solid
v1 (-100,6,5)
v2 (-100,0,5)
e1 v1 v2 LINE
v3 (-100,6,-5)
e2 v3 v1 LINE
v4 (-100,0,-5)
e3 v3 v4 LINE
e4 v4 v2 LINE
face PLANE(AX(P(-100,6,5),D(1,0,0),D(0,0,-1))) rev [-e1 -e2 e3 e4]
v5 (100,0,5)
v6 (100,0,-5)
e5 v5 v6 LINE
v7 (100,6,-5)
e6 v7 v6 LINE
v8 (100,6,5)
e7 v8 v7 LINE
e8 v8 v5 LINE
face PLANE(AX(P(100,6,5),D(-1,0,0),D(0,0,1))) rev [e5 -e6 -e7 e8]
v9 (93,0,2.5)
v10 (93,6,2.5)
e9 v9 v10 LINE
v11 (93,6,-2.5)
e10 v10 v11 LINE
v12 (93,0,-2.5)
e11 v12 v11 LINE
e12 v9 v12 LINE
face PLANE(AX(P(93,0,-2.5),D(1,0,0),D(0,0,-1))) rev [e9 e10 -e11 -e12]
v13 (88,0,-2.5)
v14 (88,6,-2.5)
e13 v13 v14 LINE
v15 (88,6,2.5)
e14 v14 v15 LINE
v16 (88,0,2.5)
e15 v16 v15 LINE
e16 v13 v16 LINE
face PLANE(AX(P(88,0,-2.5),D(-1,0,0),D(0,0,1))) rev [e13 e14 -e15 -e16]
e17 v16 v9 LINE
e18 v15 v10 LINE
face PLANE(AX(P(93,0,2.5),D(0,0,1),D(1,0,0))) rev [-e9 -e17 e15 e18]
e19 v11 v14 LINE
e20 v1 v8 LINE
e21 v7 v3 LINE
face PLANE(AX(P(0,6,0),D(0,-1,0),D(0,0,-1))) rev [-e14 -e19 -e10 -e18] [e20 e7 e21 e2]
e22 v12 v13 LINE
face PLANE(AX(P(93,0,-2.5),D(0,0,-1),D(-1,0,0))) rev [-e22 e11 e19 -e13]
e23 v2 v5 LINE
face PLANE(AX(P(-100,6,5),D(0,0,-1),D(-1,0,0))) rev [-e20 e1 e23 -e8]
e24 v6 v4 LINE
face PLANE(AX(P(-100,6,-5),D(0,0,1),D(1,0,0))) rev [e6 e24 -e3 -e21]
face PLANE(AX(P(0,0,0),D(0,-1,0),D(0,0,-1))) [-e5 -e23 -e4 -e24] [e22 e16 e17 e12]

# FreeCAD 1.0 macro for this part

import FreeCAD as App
import Part
import Sketcher
from FreeCAD import Vector
Q = App.Units.Quantity


def add_polygon(sketch, points):
    """Adds a closed chain of lines whose ends are joined by coincident constraints."""
    first, n = sketch.GeometryCount, len(points)
    for a, b in zip(points, points[1:] + points[:1]):
        sketch.addGeometry(Part.LineSegment(App.Vector(*a, 0), App.Vector(*b, 0)), False)
    for i in range(n):
        sketch.addConstraint(Sketcher.Constraint("Coincident", first + i, 2, first + (i + 1) % n, 1))

doc = App.newDocument("Part")
body = doc.addObject("PartDesign::Body", "Body")

# Sketch on XZ plane
sketch1 = body.newObject("Sketcher::SketchObject", "Sketch")
sketch1.AttachmentSupport = (doc.getObject("XZ_Plane"), [""])
sketch1.MapMode = "FlatFace"
add_polygon(sketch1, [(-100, -5), (-100, 5), (100, 5), (100, -5)])  # lines 0-3
sketch1.addConstraint(Sketcher.Constraint("Vertical", 0))
sketch1.addConstraint(Sketcher.Constraint("Horizontal", 1))
sketch1.addConstraint(Sketcher.Constraint("Vertical", 2))
sketch1.addConstraint(Sketcher.Constraint("Horizontal", 3))
sketch1.addConstraint(Sketcher.Constraint("Symmetric", 0, 2, 2, 2, -1, 1))
sketch1.addConstraint(Sketcher.Constraint("DistanceX", 1, 1, 1, 2, Q("200 mm")))
sketch1.addConstraint(Sketcher.Constraint("DistanceY", 0, 1, 0, 2, Q("10 mm")))
pad1 = body.newObject("PartDesign::Pad", "Pad")
pad1.Profile = sketch1
pad1.Length = 6
pad1.Reversed = True

# Sketch on XZ plane
sketch2 = body.newObject("Sketcher::SketchObject", "Sketch001")
sketch2.AttachmentSupport = (doc.getObject("XZ_Plane"), [""])
sketch2.MapMode = "FlatFace"
sketch2.AttachmentOffset = App.Placement(Vector(0, 0, -6), App.Rotation())
add_polygon(sketch2, [(88, -2), (88, 2), (93, 2), (93, -2)])  # lines 0-3
sketch2.addConstraint(Sketcher.Constraint("Vertical", 0))
sketch2.addConstraint(Sketcher.Constraint("Horizontal", 1))
sketch2.addConstraint(Sketcher.Constraint("Vertical", 2))
sketch2.addConstraint(Sketcher.Constraint("Horizontal", 3))
sketch2.addConstraint(Sketcher.Constraint("Equal", 3, 0))
sketch2.addConstraint(Sketcher.Constraint("DistanceX", 1, 1, 1, 2, Q("5 mm")))
sketch2.addConstraint(Sketcher.Constraint("DistanceX", -1, 1, 0, 2, Q("88 mm")))
sketch2.addConstraint(Sketcher.Constraint("DistanceY", -1, 1, 0, 2, Q("2.5 mm")))
pocket1 = body.newObject("PartDesign::Pocket", "Pocket")
pocket1.Profile = sketch2
pocket1.Type = "ThroughAll"
pocket1.Reversed = True

doc.recompute()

⁂

* **ACTIVITY**: Transcribe all of the data above, keeping each line exactly as it stands.

* **COMPLETED EXERCISE**:
solid
v1 (-100,6,5)
v2 (-100,0,5)
e1 v1 v2 LINE
v3 (-100,6,-5)
e2 v3 v1 LINE
v4 (-100,0,-5)
e3 v3 v4 LINE
e4 v4 v2 LINE
face PLANE(AX(P(-100,6,5),D(1,0,0),D(0,0,-1))) rev [-e1 -e2 e3 e4]
v5 (100,0,5)
v6 (100,0,-5)
e5 v5 v6 LINE
v7 (100,6,-5)
e6 v7 v6 LINE
v8 (100,6,5)
e7 v8 v7 LINE
e8 v8 v5 LINE
face PLANE(AX(P(100,6,5),D(-1,0,0),D(0,0,1))) rev [e5 -e6 -e7 e8]
v9 (93,0,2.5)
v10 (93,6,2.5)
e9 v9 v10 LINE
v11 (93,6,-2.5)
e10 v10 v11 LINE
v12 (93,0,-2.5)
e11 v12 v11 LINE
e12 v9 v12 LINE
face PLANE(AX(P(93,0,-2.5),D(1,0,0),D(0,0,-1))) rev [e9 e10 -e11 -e12]
v13 (88,0,-2.5)
v14 (88,6,-2.5)
e13 v13 v14 LINE
v15 (88,6,2.5)
e14 v14 v15 LINE
v16 (88,0,2.5)
e15 v16 v15 LINE
e16 v13 v16 LINE
face PLANE(AX(P(88,0,-2.5),D(-1,0,0),D(0,0,1))) rev [e13 e14 -e15 -e16]
e17 v16 v9 LINE
e18 v15 v10 LINE
face PLANE(AX(P(93,0,2.5),D(0,0,1),D(1,0,0))) rev [-e9 -e17 e15 e18]
e19 v11 v14 LINE
e20 v1 v8 LINE
e21 v7 v3 LINE
face PLANE(AX(P(0,6,0),D(0,-1,0),D(0,0,-1))) rev [-e14 -e19 -e10 -e18] [e20 e7 e21 e2]
e22 v12 v13 LINE
face PLANE(AX(P(93,0,-2.5),D(0,0,-1),D(-1,0,0))) rev [-e22 e11 e19 -e13]
e23 v2 v5 LINE
face PLANE(AX(P(-100,6,5),D(0,0,-1),D(-1,0,0))) rev [-e20 e1 e23 -e8]
e24 v6 v4 LINE
face PLANE(AX(P(-100,6,-5),D(0,0,1),D(1,0,0))) rev [e6 e24 -e3 -e21]
face PLANE(AX(P(0,0,0),D(0,-1,0),D(0,0,-1))) [-e5 -e23 -e4 -e24] [e22 e16 e17 e12]

# FreeCAD 1.0 macro for this part

import FreeCAD as App
import Part
import Sketcher
from FreeCAD import Vector
Q = App.Units.Quantity


def add_polygon(sketch, points):
    """Adds a closed chain of lines whose ends are joined by coincident constraints."""
    first, n = sketch.GeometryCount, len(points)
    for a, b in zip(points, points[1:] + points[:1]):
        sketch.addGeometry(Part.LineSegment(App.Vector(*a, 0), App.Vector(*b, 0)), False)
    for i in range(n):
        sketch.addConstraint(Sketcher.Constraint("Coincident", first + i, 2, first + (i + 1) % n, 1))

doc = App.newDocument("Part")
body = doc.addObject("PartDesign::Body", "Body")

# Sketch on XZ plane
sketch1 = body.newObject("Sketcher::SketchObject", "Sketch")
sketch1.AttachmentSupport = (doc.getObject("XZ_Plane"), [""])
sketch1.MapMode = "FlatFace"
add_polygon(sketch1, [(-100, -5), (-100, 5), (100, 5), (100, -5)])  # lines 0-3
sketch1.addConstraint(Sketcher.Constraint("Vertical", 0))
sketch1.addConstraint(Sketcher.Constraint("Horizontal", 1))
sketch1.addConstraint(Sketcher.Constraint("Vertical", 2))
sketch1.addConstraint(Sketcher.Constraint("Horizontal", 3))
sketch1.addConstraint(Sketcher.Constraint("Symmetric", 0, 2, 2, 2, -1, 1))
sketch1.addConstraint(Sketcher.Constraint("DistanceX", 1, 1, 1, 2, Q("200 mm")))
sketch1.addConstraint(Sketcher.Constraint("DistanceY", 0, 1, 0, 2, Q("10 mm")))
pad1 = body.newObject("PartDesign::Pad", "Pad")
pad1.Profile = sketch1
pad1.Length = 6
pad1.Reversed = True

# Sketch on XZ plane
sketch2 = body.newObject("Sketcher::SketchObject", "Sketch001")
sketch2.AttachmentSupport = (doc.getObject("XZ_Plane"), [""])
sketch2.MapMode = "FlatFace"
sketch2.AttachmentOffset = App.Placement(Vector(0, 0, -6), App.Rotation())
add_polygon(sketch2, [(88, -2), (88, 2), (93, 2), (93, -2)])  # lines 0-3
sketch2.addConstraint(Sketcher.Constraint("Vertical", 0))
sketch2.addConstraint(Sketcher.Constraint("Horizontal", 1))
sketch2.addConstraint(Sketcher.Constraint("Vertical", 2))
sketch2.addConstraint(Sketcher.Constraint("Horizontal", 3))
sketch2.addConstraint(Sketcher.Constraint("Equal", 3, 0))
sketch2.addConstraint(Sketcher.Constraint("DistanceX", 1, 1, 1, 2, Q("5 mm")))
sketch2.addConstraint(Sketcher.Constraint("DistanceX", -1, 1, 0, 2, Q("88 mm")))
sketch2.addConstraint(Sketcher.Constraint("DistanceY", -1, 1, 0, 2, Q("2.5 mm")))
pocket1 = body.newObject("PartDesign::Pocket", "Pocket")
pocket1.Profile = sketch2
pocket1.Type = "ThroughAll"
pocket1.Reversed = True

doc.recompute()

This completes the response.